Heegaard Floer homology, concordance, and categorification

Heegaard Floer 同源性、一致性和分类

• 批准号: 1642577
• 负责人: Jennifer Hom
• 金额: $ 1.27万
• 依托单位: Georgia Tech Research Corporation
• 依托单位国家: 美国
• 项目类别: Standard Grant
• 财政年份: 2016
• 资助国家: 美国
• 起止时间: 2016-07-01 至 2017-06-30
• 项目状态: 已结题
• 来源: https://www.nsf.gov/awardsearch/showAward?AWD_ID=1642577&HistoricalAwards=false
• 关键词: Heegaard; Floer; homology; concordance; categorification

The principal investigator will use tools from Heegaard Floer homology to study phenomena in low-dimensional topology. One goal is to better understand the knot concordance group, in particular the difference between the smooth and topological categories. Concordance invariants coming from Floer homology, such as d-invariants and epsilon, are well-suited for this task. Specifically, the principal investigator aims to show that the subgroup of the smooth concordance group generated by topologically slice knots contains an infinite rank summand. A different approach to concordance is via bordered Floer homology. In the same sense that knot Floer homology categorifies the Alexander polynomial, one may hope that the bordered Floer homology of a Seifert surface categorifies the Seifert form. Many classical concordance invariants can be defined in terms of the Seifert form, and the project will investigate how these invariants manifest themselves within the bordered invariants.The structure of knotted curves in space is intimately related to our understanding of the shape of 3- and 4-dimensional space. Thinking of time as the fourth dimension, the study of knot concordance becomes a question about the evolution of knots over time. By putting different restrictions on how knots may evolve, one obtains different definitions of the complexity of a knot. These measures of complexity have applications from the very small (e.g., the behavior of knotted strands of DNA) to the very large (e.g., the shape of the universe).
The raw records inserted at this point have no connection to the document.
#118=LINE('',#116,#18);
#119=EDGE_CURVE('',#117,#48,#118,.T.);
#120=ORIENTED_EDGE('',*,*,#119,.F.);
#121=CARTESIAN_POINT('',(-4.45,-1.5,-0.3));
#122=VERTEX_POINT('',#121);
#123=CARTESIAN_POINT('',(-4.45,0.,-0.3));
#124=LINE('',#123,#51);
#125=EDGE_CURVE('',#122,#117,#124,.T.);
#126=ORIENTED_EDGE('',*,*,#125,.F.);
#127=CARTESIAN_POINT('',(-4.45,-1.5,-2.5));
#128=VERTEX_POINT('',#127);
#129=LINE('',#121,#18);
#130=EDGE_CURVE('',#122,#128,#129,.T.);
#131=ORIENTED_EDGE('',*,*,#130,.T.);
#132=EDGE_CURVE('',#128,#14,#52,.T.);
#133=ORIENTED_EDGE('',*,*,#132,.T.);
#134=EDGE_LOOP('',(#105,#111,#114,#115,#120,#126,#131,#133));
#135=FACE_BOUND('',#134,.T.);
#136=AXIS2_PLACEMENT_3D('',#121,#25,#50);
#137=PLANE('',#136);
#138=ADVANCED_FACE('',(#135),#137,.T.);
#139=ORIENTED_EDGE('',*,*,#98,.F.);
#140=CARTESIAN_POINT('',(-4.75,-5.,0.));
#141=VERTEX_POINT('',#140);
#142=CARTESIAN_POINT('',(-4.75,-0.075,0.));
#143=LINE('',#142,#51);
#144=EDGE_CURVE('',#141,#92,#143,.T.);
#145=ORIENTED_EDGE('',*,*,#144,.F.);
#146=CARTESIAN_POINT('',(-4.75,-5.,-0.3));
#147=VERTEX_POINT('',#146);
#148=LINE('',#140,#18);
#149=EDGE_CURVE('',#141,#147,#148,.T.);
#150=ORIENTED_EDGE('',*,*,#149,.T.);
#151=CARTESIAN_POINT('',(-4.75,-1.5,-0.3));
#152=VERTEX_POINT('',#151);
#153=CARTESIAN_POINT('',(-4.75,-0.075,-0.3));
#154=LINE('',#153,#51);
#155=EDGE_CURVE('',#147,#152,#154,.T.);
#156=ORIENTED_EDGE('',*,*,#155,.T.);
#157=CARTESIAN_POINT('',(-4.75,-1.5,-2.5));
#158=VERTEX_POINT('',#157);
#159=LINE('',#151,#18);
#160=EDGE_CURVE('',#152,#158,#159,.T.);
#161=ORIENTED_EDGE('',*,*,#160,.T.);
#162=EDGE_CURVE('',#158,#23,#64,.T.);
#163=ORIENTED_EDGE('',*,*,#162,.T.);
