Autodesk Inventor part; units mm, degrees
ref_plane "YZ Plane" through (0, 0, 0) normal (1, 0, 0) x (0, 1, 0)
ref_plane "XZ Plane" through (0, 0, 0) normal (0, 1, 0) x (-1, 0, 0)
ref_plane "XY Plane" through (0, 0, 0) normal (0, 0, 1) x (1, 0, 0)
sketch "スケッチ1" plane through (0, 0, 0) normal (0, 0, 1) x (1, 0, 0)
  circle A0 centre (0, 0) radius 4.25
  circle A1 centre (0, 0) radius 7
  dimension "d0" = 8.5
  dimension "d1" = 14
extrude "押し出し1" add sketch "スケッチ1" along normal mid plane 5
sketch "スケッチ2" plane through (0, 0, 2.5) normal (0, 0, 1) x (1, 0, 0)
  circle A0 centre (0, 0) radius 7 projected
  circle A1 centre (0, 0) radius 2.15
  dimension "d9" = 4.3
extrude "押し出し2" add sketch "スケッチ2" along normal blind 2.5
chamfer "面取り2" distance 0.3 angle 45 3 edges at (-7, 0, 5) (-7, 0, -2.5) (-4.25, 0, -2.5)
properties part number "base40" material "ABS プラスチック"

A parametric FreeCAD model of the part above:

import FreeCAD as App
import Part
import Sketcher


def edges_at(feature, points):
    """Names of the edges that pass closest to the given points."""
    edges = feature.Shape.Edges
    near = lambda p: min(range(len(edges)), key=lambda i: edges[i].distToShape(Part.Vertex(*p))[0])
    return sorted({f"Edge{near(p) + 1}" for p in points})

doc = App.newDocument("Part")
body = doc.addObject("PartDesign::Body", "Body")

sketch1 = body.newObject("Sketcher::SketchObject", "Sketch")
sketch1.AttachmentSupport = (doc.getObject("XY_Plane"), [""])
sketch1.MapMode = "FlatFace"
sketch1.addGeometry([
    Part.Circle(App.Vector(0, 0, 0), App.Vector(0, 0, 1), 7),
    Part.Circle(App.Vector(0, 0, 0), App.Vector(0, 0, 1), 4.2),
], False)
sketch1.addConstraint([
    Sketcher.Constraint("Coincident", 0, 3, -1, 1),
    Sketcher.Constraint("Coincident", 1, 3, -1, 1),
    Sketcher.Constraint("Diameter", 0, 14.0),
    Sketcher.Constraint("Diameter", 1, 8.5),
])
pad1 = body.newObject("PartDesign::Pad", "Pad")
pad1.Profile = sketch1
pad1.Length = 5
pad1.Midplane = True

sketch2 = body.newObject("Sketcher::SketchObject", "Sketch001")
sketch2.AttachmentSupport = (doc.getObject("XY_Plane"), [""])
sketch2.MapMode = "FlatFace"
sketch2.AttachmentOffset = App.Placement(App.Vector(0, 0, 2.5), App.Rotation())
sketch2.addGeometry([
    Part.Circle(App.Vector(0, 0, 0), App.Vector(0, 0, 1), 7),
    Part.Circle(App.Vector(0, 0, 0), App.Vector(0, 0, 1), 2.1),
], False)
sketch2.addConstraint([
    Sketcher.Constraint("Coincident", 0, 3, -1, 1),
    Sketcher.Constraint("Coincident", 1, 3, -1, 1),
    Sketcher.Constraint("Diameter", 1, 4.3),
    Sketcher.Constraint("Diameter", 0, 14.0),
])
pad2 = body.newObject("PartDesign::Pad", "Pad001")
pad2.Profile = sketch2
pad2.Length = 2.5
doc.recompute()

chamfer = body.newObject("PartDesign::Chamfer", "Chamfer")
chamfer.Base = (pad2, edges_at(pad2, [(-7, 0, 5), (-7, 0, -2.5), (-4.25, 0, -2.5)]))
chamfer.Size = 0.3

doc.recompute()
首席研究员将使用 Heegaard Floer 同调工具来研究低维拓扑中的现象。目标之一是更好地理解结索引组，特别是平滑类别和拓扑类别之间的差异。来自 Floer 同源性的一致性不变量（例如 d 不变量和 epsilon）非常适合此任务。具体来说，主要研究者的目的是证明由拓扑切片结生成的平滑索引群的子群包含无限秩被加数。另一种不同的一致性方法是通过有界弗洛尔同源性。在结 Floer 同调对 Alexander 多项式进行分类的相同意义上，人们可能希望 Seifert 曲面的有界 Floer 同调对 Seifert 形式进行分类。许多经典的一致性不变量可以用 Seifert 形式来定义，该项目将研究这些不变量如何在有边界不变量中表现出来。空间中打结曲线的结构与我们对 3- 和 4 的形状的理解密切相关维空间。将时间视为第四个维度，对绳结一致性的研究就变成了关于绳结随时间演变的问题。通过对结的演化方式施加不同的限制，人们可以获得对结复杂性的不同定义。这些复杂性测量的应用范围从非常小（例如，DNA 打结链的行为）到非常大（例如，宇宙的形状）。